§ **Your assignment**
Take the entries that follow and return exactly the lines from the one holding "#89=PLANE('',#88);" through the one holding "#155=ORIENTED_EDGE('',*,*,#27,.T.);", both included. Nothing else is needed.

Start of Block

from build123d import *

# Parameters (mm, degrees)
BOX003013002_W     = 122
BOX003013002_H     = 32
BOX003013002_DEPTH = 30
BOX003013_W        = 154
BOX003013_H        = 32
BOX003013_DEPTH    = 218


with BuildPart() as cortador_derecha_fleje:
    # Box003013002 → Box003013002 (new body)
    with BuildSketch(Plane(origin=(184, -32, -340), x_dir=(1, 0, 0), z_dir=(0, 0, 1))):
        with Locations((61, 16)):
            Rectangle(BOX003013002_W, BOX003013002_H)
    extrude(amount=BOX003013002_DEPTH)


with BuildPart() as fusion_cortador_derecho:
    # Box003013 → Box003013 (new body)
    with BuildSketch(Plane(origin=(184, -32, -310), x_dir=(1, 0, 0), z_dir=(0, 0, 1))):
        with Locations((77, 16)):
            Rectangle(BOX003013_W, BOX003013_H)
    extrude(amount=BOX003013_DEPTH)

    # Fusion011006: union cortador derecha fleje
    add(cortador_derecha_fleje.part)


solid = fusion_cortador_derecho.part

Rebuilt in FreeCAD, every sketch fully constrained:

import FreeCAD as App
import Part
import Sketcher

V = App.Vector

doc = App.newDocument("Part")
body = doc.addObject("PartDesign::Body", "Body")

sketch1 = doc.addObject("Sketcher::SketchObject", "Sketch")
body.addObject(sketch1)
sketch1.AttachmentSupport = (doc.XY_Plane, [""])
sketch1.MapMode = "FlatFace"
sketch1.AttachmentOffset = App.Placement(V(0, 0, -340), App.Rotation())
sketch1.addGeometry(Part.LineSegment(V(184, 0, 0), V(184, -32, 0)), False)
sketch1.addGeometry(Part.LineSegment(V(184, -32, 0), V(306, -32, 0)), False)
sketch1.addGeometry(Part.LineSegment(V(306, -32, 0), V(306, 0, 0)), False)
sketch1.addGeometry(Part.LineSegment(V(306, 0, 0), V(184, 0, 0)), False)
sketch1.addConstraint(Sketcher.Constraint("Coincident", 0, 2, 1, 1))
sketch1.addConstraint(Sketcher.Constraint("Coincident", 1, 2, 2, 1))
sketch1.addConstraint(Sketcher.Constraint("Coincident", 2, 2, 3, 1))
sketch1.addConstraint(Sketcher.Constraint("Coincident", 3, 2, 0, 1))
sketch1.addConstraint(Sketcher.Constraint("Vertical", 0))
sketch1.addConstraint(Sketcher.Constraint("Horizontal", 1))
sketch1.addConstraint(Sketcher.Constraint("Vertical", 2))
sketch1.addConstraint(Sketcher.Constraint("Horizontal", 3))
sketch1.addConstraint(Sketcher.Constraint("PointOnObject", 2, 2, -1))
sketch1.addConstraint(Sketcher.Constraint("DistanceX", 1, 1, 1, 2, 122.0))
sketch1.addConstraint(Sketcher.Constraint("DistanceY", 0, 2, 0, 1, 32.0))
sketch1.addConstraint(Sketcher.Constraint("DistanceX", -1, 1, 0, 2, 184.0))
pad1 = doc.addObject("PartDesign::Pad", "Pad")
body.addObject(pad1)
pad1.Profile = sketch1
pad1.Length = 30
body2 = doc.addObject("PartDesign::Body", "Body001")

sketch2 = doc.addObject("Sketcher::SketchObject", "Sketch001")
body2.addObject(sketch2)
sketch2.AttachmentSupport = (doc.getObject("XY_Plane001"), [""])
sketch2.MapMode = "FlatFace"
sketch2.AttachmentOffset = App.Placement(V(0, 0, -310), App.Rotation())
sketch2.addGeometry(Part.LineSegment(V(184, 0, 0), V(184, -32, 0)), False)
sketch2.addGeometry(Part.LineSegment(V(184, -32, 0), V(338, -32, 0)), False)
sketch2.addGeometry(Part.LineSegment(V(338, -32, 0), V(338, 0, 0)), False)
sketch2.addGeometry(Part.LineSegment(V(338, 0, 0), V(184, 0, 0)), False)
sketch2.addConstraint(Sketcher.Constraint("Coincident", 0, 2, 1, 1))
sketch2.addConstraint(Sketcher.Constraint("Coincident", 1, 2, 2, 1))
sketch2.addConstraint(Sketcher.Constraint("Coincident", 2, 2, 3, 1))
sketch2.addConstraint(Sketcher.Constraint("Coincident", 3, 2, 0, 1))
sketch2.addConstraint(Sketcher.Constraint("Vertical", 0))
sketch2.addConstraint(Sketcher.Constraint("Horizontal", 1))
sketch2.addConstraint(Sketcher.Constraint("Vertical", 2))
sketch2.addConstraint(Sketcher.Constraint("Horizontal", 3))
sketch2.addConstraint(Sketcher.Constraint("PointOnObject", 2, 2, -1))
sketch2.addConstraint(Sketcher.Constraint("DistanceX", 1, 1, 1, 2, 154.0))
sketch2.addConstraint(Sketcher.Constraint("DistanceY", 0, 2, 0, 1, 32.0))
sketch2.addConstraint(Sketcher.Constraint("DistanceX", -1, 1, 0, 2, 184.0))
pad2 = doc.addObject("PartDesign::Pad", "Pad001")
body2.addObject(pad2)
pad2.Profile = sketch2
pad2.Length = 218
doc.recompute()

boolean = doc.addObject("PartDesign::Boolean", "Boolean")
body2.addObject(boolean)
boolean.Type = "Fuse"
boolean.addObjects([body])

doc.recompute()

End of Block
Start of Block

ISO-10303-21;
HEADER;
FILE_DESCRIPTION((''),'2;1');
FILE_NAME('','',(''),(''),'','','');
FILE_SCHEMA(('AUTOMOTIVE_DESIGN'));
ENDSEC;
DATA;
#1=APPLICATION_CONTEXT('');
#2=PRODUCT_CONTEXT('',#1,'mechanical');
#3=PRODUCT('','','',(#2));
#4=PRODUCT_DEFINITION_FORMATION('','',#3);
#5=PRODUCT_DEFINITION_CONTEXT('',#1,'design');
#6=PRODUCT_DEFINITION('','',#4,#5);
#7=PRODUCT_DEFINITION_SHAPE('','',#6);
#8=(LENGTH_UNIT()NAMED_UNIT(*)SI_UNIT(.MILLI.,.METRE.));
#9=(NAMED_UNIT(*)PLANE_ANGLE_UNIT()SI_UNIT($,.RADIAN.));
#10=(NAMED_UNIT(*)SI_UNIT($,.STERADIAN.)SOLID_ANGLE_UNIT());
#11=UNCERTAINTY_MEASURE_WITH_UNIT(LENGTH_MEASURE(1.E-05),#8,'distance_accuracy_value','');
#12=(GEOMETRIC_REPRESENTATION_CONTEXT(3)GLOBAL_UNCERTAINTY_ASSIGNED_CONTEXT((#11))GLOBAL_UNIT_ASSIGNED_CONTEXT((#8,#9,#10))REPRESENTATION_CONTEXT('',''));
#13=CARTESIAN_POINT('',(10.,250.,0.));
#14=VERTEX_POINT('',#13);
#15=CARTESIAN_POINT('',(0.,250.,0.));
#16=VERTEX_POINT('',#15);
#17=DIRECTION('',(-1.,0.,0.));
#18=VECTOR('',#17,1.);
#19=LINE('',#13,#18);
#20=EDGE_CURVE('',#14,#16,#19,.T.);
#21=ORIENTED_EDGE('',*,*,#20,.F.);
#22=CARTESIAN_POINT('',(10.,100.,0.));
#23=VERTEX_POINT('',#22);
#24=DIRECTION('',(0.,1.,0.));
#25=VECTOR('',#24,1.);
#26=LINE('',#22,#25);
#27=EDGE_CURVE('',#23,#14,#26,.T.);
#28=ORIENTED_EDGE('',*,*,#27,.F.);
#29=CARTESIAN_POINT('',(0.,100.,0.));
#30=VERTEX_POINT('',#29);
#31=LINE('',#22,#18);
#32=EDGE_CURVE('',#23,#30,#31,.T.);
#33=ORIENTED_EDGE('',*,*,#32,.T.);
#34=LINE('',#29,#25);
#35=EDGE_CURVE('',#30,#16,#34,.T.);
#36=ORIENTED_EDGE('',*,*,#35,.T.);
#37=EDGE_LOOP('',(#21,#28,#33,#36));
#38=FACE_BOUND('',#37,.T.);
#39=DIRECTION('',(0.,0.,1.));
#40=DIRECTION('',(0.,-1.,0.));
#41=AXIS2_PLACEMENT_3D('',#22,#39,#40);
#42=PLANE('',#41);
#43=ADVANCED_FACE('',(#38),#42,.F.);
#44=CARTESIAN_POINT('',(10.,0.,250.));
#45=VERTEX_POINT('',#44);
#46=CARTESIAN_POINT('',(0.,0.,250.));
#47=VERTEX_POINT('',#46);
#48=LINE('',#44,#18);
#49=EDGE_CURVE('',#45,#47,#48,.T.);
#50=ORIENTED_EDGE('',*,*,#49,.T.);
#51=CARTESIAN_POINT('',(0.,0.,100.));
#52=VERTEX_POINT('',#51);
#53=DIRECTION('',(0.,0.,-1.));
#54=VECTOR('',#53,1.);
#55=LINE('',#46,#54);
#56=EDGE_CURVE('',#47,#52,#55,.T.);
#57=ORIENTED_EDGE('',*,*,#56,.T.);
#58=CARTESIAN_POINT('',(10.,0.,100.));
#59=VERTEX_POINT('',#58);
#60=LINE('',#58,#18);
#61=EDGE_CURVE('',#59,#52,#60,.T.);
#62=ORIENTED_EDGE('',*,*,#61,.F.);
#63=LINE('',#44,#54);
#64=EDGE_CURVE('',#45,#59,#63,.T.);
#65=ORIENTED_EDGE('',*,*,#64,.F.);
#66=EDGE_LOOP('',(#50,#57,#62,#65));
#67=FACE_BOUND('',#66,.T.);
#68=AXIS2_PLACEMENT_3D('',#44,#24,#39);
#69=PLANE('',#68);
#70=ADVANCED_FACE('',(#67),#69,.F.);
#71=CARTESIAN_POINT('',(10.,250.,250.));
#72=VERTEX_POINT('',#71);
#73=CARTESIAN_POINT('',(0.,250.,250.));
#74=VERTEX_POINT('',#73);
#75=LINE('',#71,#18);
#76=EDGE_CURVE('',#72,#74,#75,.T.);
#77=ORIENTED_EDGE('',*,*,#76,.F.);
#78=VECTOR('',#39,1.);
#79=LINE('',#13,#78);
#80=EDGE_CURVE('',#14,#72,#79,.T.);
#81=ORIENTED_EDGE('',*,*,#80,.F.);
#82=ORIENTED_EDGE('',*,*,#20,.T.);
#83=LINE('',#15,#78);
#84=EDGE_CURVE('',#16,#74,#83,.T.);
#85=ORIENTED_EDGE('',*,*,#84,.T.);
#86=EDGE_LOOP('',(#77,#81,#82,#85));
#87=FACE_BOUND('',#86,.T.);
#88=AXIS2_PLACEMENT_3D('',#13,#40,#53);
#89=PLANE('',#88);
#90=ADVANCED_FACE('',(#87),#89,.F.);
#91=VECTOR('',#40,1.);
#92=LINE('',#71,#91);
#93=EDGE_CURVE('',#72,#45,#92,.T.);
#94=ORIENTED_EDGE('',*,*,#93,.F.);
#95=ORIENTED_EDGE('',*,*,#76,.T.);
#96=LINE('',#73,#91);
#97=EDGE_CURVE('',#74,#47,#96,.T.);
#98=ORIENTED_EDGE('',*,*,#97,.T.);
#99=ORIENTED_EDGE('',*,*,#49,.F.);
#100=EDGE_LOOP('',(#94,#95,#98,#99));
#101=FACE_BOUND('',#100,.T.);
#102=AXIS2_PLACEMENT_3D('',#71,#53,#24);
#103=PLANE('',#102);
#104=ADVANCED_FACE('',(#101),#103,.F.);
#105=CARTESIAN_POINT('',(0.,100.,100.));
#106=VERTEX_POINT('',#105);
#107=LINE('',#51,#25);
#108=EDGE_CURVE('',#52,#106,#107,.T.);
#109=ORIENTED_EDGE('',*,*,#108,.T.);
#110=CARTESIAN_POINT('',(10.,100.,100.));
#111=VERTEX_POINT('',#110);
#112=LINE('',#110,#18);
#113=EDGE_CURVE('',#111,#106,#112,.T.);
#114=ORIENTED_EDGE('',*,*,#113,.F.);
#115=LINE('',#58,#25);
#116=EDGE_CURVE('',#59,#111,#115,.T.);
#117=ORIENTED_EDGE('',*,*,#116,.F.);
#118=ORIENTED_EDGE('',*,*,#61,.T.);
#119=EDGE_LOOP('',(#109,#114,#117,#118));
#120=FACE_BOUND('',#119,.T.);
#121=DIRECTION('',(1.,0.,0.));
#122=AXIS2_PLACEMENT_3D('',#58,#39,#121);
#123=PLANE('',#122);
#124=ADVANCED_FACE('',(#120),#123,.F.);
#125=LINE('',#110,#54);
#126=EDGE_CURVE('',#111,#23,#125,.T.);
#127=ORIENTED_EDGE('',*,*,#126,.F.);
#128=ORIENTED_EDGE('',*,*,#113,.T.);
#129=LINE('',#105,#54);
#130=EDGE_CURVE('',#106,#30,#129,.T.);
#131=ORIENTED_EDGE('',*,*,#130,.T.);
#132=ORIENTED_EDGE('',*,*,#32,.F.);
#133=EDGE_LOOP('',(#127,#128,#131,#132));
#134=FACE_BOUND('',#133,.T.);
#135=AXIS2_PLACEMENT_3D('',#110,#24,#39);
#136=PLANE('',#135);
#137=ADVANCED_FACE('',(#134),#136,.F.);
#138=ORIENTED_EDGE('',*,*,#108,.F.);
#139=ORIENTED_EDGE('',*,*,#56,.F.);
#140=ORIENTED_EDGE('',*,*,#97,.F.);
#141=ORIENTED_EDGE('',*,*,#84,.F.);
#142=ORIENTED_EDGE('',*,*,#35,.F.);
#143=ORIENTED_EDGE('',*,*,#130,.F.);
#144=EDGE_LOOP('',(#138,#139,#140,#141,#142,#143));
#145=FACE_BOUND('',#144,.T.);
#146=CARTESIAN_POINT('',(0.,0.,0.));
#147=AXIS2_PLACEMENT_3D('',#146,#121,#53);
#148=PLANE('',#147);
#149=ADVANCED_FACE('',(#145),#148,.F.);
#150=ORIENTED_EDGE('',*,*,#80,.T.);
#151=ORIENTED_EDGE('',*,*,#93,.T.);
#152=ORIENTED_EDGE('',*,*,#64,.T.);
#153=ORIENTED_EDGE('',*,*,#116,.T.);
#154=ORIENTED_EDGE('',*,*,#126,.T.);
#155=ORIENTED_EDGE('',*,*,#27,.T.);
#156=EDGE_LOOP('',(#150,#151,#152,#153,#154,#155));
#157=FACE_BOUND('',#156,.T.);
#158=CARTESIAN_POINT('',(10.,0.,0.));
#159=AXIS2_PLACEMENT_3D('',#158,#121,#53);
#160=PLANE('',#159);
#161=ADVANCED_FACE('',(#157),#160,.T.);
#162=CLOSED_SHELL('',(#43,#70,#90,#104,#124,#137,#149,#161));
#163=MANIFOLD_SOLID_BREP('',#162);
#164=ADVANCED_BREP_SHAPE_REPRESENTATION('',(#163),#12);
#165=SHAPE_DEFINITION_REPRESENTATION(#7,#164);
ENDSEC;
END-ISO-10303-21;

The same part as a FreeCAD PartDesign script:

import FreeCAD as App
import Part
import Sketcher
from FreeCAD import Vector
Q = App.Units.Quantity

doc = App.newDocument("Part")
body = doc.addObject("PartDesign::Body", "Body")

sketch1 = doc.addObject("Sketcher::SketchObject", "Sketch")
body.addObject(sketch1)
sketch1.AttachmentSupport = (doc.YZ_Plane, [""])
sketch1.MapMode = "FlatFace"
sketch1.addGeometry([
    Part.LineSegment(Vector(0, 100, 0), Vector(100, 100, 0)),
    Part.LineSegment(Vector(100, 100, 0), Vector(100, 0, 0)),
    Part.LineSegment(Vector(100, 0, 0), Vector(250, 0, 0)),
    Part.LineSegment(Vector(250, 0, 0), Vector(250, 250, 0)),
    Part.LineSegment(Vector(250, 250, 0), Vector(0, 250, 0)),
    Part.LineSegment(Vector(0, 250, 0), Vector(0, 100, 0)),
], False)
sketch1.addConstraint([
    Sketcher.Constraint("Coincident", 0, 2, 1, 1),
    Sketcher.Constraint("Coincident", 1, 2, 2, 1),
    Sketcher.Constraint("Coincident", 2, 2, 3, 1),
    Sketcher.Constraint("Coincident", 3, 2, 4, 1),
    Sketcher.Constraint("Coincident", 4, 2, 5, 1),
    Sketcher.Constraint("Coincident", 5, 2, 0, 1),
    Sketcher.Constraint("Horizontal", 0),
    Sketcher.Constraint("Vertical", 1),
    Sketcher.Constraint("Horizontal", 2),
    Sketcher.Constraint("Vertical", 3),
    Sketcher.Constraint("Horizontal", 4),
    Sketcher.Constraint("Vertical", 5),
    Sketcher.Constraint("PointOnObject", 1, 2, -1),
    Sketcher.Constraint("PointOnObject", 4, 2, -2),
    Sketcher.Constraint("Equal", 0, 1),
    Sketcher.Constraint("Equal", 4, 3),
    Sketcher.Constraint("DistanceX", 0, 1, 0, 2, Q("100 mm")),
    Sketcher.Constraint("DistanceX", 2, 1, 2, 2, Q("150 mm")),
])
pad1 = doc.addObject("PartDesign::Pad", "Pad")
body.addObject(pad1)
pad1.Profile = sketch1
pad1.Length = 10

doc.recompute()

End of Block

§ **Answer to this exercise**
#89=PLANE('',#88);
#90=ADVANCED_FACE('',(#87),#89,.F.);
#91=VECTOR('',#40,1.);
#92=LINE('',#71,#91);
#93=EDGE_CURVE('',#72,#45,#92,.T.);
#94=ORIENTED_EDGE('',*,*,#93,.F.);
#95=ORIENTED_EDGE('',*,*,#76,.T.);
#96=LINE('',#73,#91);
#97=EDGE_CURVE('',#74,#47,#96,.T.);
#98=ORIENTED_EDGE('',*,*,#97,.T.);
#99=ORIENTED_EDGE('',*,*,#49,.F.);
#100=EDGE_LOOP('',(#94,#95,#98,#99));
#101=FACE_BOUND('',#100,.T.);
#102=AXIS2_PLACEMENT_3D('',#71,#53,#24);
#103=PLANE('',#102);
#104=ADVANCED_FACE('',(#101),#103,.F.);
#105=CARTESIAN_POINT('',(0.,100.,100.));
#106=VERTEX_POINT('',#105);
#107=LINE('',#51,#25);
#108=EDGE_CURVE('',#52,#106,#107,.T.);
#109=ORIENTED_EDGE('',*,*,#108,.T.);
#110=CARTESIAN_POINT('',(10.,100.,100.));
#111=VERTEX_POINT('',#110);
#112=LINE('',#110,#18);
#113=EDGE_CURVE('',#111,#106,#112,.T.);
#114=ORIENTED_EDGE('',*,*,#113,.F.);
#115=LINE('',#58,#25);
#116=EDGE_CURVE('',#59,#111,#115,.T.);
#117=ORIENTED_EDGE('',*,*,#116,.F.);
#118=ORIENTED_EDGE('',*,*,#61,.T.);
#119=EDGE_LOOP('',(#109,#114,#117,#118));
#120=FACE_BOUND('',#119,.T.);
#121=DIRECTION('',(1.,0.,0.));
#122=AXIS2_PLACEMENT_3D('',#58,#39,#121);
#123=PLANE('',#122);
#124=ADVANCED_FACE('',(#120),#123,.F.);
#125=LINE('',#110,#54);
#126=EDGE_CURVE('',#111,#23,#125,.T.);
#127=ORIENTED_EDGE('',*,*,#126,.F.);
#128=ORIENTED_EDGE('',*,*,#113,.T.);
#129=LINE('',#105,#54);
#130=EDGE_CURVE('',#106,#30,#129,.T.);
#131=ORIENTED_EDGE('',*,*,#130,.T.);
#132=ORIENTED_EDGE('',*,*,#32,.F.);
#133=EDGE_LOOP('',(#127,#128,#131,#132));
#134=FACE_BOUND('',#133,.T.);
#135=AXIS2_PLACEMENT_3D('',#110,#24,#39);
#136=PLANE('',#135);
#137=ADVANCED_FACE('',(#134),#136,.F.);
#138=ORIENTED_EDGE('',*,*,#108,.F.);
#139=ORIENTED_EDGE('',*,*,#56,.F.);
#140=ORIENTED_EDGE('',*,*,#97,.F.);
#141=ORIENTED_EDGE('',*,*,#84,.F.);
#142=ORIENTED_EDGE('',*,*,#35,.F.);
#143=ORIENTED_EDGE('',*,*,#130,.F.);
#144=EDGE_LOOP('',(#138,#139,#140,#141,#142,#143));
#145=FACE_BOUND('',#144,.T.);
#146=CARTESIAN_POINT('',(0.,0.,0.));
#147=AXIS2_PLACEMENT_3D('',#146,#121,#53);
#148=PLANE('',#147);
#149=ADVANCED_FACE('',(#145),#148,.F.);
#150=ORIENTED_EDGE('',*,*,#80,.T.);
#151=ORIENTED_EDGE('',*,*,#93,.T.);
#152=ORIENTED_EDGE('',*,*,#64,.T.);
#153=ORIENTED_EDGE('',*,*,#116,.T.);
#154=ORIENTED_EDGE('',*,*,#126,.T.);
#155=ORIENTED_EDGE('',*,*,#27,.T.);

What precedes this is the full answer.